WHAT YOU SHOULD DO: Your answer is a copy of every line in the records where "with" appears.

[Stored data entries]
===============
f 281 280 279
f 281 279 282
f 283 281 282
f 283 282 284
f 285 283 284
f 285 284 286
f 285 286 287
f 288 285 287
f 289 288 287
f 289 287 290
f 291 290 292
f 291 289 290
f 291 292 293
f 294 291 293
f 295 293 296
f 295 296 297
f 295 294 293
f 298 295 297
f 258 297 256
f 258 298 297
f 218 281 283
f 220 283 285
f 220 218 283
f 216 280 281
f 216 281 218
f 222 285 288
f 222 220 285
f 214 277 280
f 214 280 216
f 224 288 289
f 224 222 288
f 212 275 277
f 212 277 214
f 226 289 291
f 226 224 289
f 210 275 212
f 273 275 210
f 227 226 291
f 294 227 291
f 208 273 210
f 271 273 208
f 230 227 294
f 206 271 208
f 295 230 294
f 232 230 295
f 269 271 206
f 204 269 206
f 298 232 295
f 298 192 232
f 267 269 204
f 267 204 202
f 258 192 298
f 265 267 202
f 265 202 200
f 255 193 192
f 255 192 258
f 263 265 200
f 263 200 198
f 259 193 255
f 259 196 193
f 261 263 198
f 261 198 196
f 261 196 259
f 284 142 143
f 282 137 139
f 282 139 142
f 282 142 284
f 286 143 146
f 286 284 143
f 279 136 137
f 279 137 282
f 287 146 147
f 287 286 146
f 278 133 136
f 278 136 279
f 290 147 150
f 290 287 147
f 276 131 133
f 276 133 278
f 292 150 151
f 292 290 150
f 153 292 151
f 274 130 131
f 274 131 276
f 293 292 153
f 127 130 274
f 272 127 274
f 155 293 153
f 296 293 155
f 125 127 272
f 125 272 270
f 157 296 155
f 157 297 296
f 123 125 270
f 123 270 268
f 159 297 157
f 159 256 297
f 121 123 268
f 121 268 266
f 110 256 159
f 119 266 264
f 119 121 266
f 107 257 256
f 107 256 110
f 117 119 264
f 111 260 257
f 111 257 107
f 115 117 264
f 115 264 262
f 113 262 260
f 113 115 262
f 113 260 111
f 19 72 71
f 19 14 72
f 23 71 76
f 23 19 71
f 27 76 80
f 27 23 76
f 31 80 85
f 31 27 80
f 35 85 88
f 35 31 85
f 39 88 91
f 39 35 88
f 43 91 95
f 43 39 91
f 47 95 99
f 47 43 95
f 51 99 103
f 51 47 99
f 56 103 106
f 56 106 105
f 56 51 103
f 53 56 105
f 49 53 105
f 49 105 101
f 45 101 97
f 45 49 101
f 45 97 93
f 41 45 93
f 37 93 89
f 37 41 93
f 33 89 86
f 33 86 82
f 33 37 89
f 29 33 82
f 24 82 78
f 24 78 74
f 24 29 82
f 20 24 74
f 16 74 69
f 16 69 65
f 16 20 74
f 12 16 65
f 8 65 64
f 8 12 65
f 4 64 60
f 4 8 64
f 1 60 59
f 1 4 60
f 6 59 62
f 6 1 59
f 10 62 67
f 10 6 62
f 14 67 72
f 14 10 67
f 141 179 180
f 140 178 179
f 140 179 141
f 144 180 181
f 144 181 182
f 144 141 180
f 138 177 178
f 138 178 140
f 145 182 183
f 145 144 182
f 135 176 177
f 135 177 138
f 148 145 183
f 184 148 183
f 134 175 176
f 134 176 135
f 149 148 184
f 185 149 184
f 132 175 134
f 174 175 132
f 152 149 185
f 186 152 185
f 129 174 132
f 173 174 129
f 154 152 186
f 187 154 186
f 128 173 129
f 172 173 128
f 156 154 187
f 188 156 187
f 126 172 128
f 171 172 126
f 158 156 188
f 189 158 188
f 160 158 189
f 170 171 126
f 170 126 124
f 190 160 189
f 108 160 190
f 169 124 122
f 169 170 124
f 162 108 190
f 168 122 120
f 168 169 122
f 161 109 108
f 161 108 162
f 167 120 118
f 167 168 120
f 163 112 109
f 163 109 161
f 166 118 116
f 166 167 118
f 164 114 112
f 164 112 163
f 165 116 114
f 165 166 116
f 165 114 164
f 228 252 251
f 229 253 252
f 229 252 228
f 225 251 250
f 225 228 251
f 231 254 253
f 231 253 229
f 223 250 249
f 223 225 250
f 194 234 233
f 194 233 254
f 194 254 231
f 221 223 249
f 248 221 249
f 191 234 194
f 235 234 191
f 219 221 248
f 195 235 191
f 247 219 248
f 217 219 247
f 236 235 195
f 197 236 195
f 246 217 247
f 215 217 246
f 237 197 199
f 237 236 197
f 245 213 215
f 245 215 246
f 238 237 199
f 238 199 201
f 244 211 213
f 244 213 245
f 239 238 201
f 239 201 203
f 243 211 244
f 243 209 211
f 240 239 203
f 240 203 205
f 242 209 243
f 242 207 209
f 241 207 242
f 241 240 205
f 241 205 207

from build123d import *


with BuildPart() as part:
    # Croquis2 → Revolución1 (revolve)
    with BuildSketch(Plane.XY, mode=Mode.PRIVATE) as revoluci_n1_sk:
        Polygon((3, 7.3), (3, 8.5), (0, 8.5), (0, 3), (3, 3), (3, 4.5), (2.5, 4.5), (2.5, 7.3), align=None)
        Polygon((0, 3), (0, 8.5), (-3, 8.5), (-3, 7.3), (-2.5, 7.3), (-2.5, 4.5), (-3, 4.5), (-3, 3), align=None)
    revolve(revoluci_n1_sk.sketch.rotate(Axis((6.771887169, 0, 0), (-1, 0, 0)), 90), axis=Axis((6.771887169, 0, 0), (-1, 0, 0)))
===============
ANSWER SECTION:
with BuildPart() as part:
    with BuildSketch(Plane.XY, mode=Mode.PRIVATE) as revoluci_n1_sk:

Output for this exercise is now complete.